在长时间随访背景下对粗累积发生率进行灵活估计的建模策略：模型选择和预测能力评估。

背景：慢性疾病（如乳腺癌）治疗的进步，扩大了我们观察患者预后的能力，超出了疾病相关死亡率，包括远处复发等事件。然而，竞争事件可能使主要结局的解释复杂化，使得粗糙的累积发生率函数成为准确随访分析的最可靠测量。长期研究需要灵活的建模，以适应复杂的、时间依赖的效应和协变量之间的相互作用。传统的模型，如比例子分布风险模型，往往不足以解决这些复杂性。虽然已经提出了适应性更强的方法，但仍然需要系统地评估模型复杂性，特别是为了探索性目的。本文提出了一个统计学习工作流，用于评估粗累积发生率的模型复杂性，并引入了一个与时间相关的预测精度度量。该框架为研究人员提供了一个增强的工具包，用于稳健地解决长期结果建模的复杂性和推导可解释的预后算法。方法：我们使用米兰1号和米兰3号试验的乳腺癌复发时间数据来证明我们的方法，这些试验有很长的随访期。采用了两个灵活的建模框架-伪观测和子分布风险模型，并通过样条函数增强以捕获基线危害和风险。我们提出的工作流程集成了原油累积发生率的aallen - johansen估计的图形表示，使研究人员能够直观地假设和调整模型复杂性以匹配所研究的现象。信息标准指导模型选择以近似底层数据结构。利用自举数据扰动和随时间变化的预测精度测量，加上Harrell的乐观修正，我们确定了最优的模型结构，平衡了可解释性、预测性和概泛性。结果：我们的研究结果强调了数据扰动的重要性，并通过原始数据分析后的乐观校正预测措施进行验证。初始模型结构可能不同于通过迭代摄动识别的最鲁棒模型。理想模型具有高鲁棒性（最常在扰动中选择）、强可解释性和预测能力。当扰动结果不一致时，评估各种时间相关的预测措施提供了额外的见解，特别是关于模型复杂性和预测收益之间的权衡。在预测性改进很小的情况下，更简单和更可解释的模型结构是可取的。结论：提出的统计学习工作流程，由领域专家提供信息，允许在乳腺癌远处复发的预后建模中纳入临床相关的复杂性。我们的结果表明，在许多情况下，一个细致而灵活的模型结构可能比简单的模型更好地服务于未来的预测。这种方法强调了平衡模型简单性和复杂性的价值，以获得有意义的、临床有用的见解。
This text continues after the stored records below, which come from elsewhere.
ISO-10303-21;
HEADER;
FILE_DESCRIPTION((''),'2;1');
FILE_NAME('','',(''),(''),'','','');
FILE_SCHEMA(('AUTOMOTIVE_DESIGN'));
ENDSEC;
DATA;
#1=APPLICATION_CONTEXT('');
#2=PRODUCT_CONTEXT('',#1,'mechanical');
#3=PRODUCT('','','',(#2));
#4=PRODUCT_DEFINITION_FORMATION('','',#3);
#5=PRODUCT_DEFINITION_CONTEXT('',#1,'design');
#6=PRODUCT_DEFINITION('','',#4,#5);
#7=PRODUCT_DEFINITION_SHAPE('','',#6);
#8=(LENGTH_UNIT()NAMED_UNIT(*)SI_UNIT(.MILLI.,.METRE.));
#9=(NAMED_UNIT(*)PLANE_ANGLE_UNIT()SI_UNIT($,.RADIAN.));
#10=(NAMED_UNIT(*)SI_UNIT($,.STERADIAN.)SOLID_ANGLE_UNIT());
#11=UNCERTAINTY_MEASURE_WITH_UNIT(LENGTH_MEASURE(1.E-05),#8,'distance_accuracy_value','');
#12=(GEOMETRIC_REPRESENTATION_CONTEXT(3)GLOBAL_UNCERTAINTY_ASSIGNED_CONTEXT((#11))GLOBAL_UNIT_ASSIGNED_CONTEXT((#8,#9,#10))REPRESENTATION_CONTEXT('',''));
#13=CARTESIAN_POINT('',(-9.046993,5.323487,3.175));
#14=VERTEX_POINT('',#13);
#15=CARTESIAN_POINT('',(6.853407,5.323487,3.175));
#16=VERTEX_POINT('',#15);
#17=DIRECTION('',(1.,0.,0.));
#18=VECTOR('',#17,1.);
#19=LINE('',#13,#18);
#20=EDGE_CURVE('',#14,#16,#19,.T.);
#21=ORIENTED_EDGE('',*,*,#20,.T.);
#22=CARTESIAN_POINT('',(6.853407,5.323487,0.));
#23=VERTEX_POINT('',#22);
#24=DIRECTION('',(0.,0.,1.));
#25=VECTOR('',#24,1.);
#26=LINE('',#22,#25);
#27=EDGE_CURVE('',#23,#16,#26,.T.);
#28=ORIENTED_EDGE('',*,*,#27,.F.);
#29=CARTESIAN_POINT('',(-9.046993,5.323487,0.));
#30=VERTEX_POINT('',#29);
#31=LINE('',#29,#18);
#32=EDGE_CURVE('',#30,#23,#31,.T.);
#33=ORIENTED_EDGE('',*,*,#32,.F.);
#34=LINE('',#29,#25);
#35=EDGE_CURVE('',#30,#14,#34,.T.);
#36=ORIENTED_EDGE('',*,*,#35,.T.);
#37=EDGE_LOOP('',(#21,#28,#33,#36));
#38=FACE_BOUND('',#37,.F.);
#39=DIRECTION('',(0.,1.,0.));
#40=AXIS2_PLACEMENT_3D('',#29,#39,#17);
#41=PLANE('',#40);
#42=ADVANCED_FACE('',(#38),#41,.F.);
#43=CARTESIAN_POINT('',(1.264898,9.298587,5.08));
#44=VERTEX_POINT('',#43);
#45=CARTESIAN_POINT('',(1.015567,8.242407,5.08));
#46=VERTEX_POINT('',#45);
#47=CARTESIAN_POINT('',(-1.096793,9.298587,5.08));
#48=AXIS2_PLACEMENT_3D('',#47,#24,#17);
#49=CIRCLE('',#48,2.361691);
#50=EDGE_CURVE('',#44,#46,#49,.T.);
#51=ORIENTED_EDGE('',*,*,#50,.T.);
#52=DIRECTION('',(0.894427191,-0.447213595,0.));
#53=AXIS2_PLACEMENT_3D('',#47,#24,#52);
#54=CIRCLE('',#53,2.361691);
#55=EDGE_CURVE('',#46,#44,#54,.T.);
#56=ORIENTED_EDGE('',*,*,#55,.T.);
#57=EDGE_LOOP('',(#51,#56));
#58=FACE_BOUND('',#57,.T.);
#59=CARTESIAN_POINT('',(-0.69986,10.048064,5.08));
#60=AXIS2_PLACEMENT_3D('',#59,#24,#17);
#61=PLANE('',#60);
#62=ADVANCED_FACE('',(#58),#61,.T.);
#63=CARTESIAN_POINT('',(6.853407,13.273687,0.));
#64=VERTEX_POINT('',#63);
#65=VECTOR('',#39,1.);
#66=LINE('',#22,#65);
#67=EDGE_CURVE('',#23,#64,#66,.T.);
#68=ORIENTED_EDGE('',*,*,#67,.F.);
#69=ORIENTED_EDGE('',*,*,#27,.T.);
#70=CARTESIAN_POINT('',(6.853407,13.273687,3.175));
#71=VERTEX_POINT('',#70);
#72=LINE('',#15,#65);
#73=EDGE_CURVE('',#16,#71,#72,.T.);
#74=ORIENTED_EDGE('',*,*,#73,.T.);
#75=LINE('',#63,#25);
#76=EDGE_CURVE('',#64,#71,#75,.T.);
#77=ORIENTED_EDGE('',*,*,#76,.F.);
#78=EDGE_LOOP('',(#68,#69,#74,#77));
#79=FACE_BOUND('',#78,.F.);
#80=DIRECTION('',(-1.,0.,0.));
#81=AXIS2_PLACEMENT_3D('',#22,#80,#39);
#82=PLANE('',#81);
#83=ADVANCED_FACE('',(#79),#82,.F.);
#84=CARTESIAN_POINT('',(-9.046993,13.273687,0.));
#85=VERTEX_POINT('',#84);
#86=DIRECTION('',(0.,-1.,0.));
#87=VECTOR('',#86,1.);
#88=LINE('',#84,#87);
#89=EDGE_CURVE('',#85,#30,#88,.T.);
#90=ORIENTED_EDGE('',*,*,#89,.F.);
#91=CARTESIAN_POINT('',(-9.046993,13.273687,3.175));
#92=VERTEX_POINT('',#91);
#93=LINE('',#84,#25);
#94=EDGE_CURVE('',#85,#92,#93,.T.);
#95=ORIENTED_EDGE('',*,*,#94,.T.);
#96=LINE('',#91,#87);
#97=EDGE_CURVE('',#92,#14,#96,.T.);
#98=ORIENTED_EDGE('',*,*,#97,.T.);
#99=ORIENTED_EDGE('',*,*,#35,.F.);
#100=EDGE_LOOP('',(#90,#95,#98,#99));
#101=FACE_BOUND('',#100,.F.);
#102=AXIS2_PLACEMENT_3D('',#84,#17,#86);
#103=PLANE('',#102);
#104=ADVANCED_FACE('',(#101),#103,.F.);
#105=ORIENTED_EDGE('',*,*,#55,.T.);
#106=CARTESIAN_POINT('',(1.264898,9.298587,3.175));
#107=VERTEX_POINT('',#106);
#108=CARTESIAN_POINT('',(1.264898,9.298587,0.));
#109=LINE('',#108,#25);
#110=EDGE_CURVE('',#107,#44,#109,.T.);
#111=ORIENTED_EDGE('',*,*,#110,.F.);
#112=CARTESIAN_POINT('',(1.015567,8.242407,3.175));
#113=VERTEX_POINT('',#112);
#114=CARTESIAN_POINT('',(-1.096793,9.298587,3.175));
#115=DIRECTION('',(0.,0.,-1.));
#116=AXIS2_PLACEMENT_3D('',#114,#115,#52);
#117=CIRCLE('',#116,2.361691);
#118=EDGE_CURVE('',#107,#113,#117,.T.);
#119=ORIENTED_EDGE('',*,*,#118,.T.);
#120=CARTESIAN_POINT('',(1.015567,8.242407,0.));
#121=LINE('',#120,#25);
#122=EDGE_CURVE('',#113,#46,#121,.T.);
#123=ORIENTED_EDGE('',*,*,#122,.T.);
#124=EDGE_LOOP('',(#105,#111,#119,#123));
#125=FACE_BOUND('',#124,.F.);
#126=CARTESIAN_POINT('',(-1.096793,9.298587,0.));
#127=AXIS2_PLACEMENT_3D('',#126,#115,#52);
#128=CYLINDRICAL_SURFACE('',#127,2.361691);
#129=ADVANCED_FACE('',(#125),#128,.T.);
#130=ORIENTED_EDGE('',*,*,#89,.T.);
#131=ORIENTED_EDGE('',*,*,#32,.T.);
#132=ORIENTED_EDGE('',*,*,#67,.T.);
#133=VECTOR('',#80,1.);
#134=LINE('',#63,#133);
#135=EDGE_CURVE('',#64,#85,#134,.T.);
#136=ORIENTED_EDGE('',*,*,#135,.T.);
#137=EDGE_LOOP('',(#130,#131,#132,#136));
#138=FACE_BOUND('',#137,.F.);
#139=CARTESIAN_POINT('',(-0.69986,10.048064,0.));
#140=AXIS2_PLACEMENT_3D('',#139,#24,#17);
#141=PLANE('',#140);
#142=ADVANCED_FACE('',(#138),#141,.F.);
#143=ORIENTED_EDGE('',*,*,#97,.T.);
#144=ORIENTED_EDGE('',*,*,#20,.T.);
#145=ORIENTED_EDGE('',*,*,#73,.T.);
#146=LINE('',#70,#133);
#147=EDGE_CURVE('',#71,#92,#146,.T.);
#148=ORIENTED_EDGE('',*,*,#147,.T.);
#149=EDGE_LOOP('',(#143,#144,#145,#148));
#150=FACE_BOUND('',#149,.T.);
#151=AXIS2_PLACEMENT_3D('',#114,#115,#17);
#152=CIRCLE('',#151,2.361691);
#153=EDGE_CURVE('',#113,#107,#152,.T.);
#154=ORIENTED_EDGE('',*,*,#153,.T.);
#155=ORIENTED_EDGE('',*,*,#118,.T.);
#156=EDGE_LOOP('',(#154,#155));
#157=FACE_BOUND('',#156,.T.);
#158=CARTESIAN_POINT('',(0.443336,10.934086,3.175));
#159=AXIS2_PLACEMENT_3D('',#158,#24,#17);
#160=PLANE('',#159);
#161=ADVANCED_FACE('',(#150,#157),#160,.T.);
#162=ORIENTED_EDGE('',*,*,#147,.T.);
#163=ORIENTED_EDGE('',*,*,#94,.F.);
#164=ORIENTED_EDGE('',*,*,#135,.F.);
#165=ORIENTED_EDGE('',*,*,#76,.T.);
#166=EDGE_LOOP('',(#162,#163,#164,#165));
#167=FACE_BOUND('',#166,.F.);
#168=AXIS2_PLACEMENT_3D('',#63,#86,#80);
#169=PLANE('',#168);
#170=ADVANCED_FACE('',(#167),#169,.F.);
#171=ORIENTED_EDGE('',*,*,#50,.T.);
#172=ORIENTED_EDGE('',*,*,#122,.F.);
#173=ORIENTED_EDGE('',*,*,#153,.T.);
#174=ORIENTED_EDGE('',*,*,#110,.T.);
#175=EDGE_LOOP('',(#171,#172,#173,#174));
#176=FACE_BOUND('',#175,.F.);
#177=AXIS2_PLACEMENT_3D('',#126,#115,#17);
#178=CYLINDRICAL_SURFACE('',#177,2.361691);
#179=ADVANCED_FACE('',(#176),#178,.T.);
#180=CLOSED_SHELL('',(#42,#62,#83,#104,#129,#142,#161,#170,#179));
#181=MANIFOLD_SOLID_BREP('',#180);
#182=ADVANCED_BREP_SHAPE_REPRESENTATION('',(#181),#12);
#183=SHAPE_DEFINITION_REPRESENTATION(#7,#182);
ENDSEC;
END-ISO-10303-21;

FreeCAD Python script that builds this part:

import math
import FreeCAD as App
import Part
import Sketcher
Q = App.Units.Quantity

doc = App.newDocument("Part")
params = doc.addObject("Spreadsheet::Sheet", "Params")
for row, (alias, value) in enumerate([
    ("sketch1_width", "0.626 in"),
    ("sketch1_height", "0.313 in"),
    ("pad1_length", "0.125 in"),
    ("pad2_length", "0.2 in"),
], start=1):
    params.set(f"A{row}", alias)
    params.set(f"B{row}", "=" + value)
    params.setAlias(f"B{row}", alias)

body = doc.addObject("PartDesign::Body", "Body")

# Sketch on XY plane
sketch1 = body.newObject("Sketcher::SketchObject", "Sketch")
sketch1.AttachmentSupport = (doc.getObject("XY_Plane"), [""])
sketch1.MapMode = "FlatFace"
sketch1.addGeometry([
    Part.LineSegment(App.Vector(7, 13, 0), App.Vector(-9, 13, 0)),
    Part.LineSegment(App.Vector(-9, 13, 0), App.Vector(-9, 5, 0)),
    Part.LineSegment(App.Vector(-9, 5, 0), App.Vector(7, 5, 0)),
    Part.LineSegment(App.Vector(7, 5, 0), App.Vector(7, 13, 0)),
], False)
sketch1.addConstraint([
    Sketcher.Constraint("Coincident", 0, 2, 1, 1),
    Sketcher.Constraint("Coincident", 1, 2, 2, 1),
    Sketcher.Constraint("Coincident", 2, 2, 3, 1),
    Sketcher.Constraint("Coincident", 3, 2, 0, 1),
    Sketcher.Constraint("Horizontal", 0),
    Sketcher.Constraint("Vertical", 1),
    Sketcher.Constraint("Horizontal", 2),
    Sketcher.Constraint("Vertical", 3),
    Sketcher.Constraint("DistanceX", 0, 2, 0, 1, Q("0.626 in")),
    Sketcher.Constraint("DistanceY", 1, 2, 1, 1, Q("0.313 in")),
    Sketcher.Constraint("DistanceX", 0, 2, -1, 1, 9.046993),
    Sketcher.Constraint("DistanceY", -1, 1, 0, 2, 13.273687),
])
sketch1.setExpression("Constraints[8]", "Params.sketch1_width")
sketch1.setExpression("Constraints[9]", "Params.sketch1_height")
pad1 = body.newObject("PartDesign::Pad", "Pad")
pad1.Profile = sketch1
pad1.setExpression("Length", "Params.pad1_length")

# Sketch on XY plane
sketch2 = body.newObject("Sketcher::SketchObject", "Sketch001")
sketch2.AttachmentSupport = (doc.getObject("XY_Plane"), [""])
sketch2.MapMode = "FlatFace"
sketch2.addGeometry([
    Part.ArcOfCircle(Part.Circle(App.Vector(-1.1, 9.3, 0), App.Vector(0, 0, 1), 2.4), math.radians(0), math.radians(333)),
    Part.ArcOfCircle(Part.Circle(App.Vector(-1.1, 9.3, 0), App.Vector(0, 0, 1), 2.4), math.radians(-27), math.radians(0)),
], False)
sketch2.addConstraint([
    Sketcher.Constraint("Tangent", 0, 1, 1, 2),
    Sketcher.Constraint("Coincident", 1, 1, 0, 2),
    Sketcher.Constraint("Horizontal", 1, 3, 0, 1),
    Sketcher.Constraint("Radius", 0, 2.361691),
    Sketcher.Constraint("DistanceX", 1, 1, 0, 1, 0.24933),
    Sketcher.Constraint("DistanceX", 0, 3, -1, 1, 1.096793),
    Sketcher.Constraint("DistanceY", -1, 1, 0, 3, 9.298587),
])
pad2 = body.newObject("PartDesign::Pad", "Pad001")
pad2.Profile = sketch2
pad2.setExpression("Length", "Params.pad2_length")

doc.recompute()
本文章由计算机程序翻译，如有差异，请以英文原文为准。

求助全文

约1分钟内获得全文求助全文

来源期刊

BMC Medical Research Methodology 医学-卫生保健

CiteScore

6.50

自引率

2.50%

发文量

298

审稿时长

3-8 weeks

期刊介绍： BMC Medical Research Methodology is an open access journal publishing original peer-reviewed research articles in methodological approaches to healthcare research. Articles on the methodology of epidemiological research, clinical trials and meta-analysis/systematic review are particularly encouraged, as are empirical studies of the associations between choice of methodology and study outcomes. BMC Medical Research Methodology does not aim to publish articles describing scientific methods or techniques: these should be directed to the BMC journal covering the relevant biomedical subject area.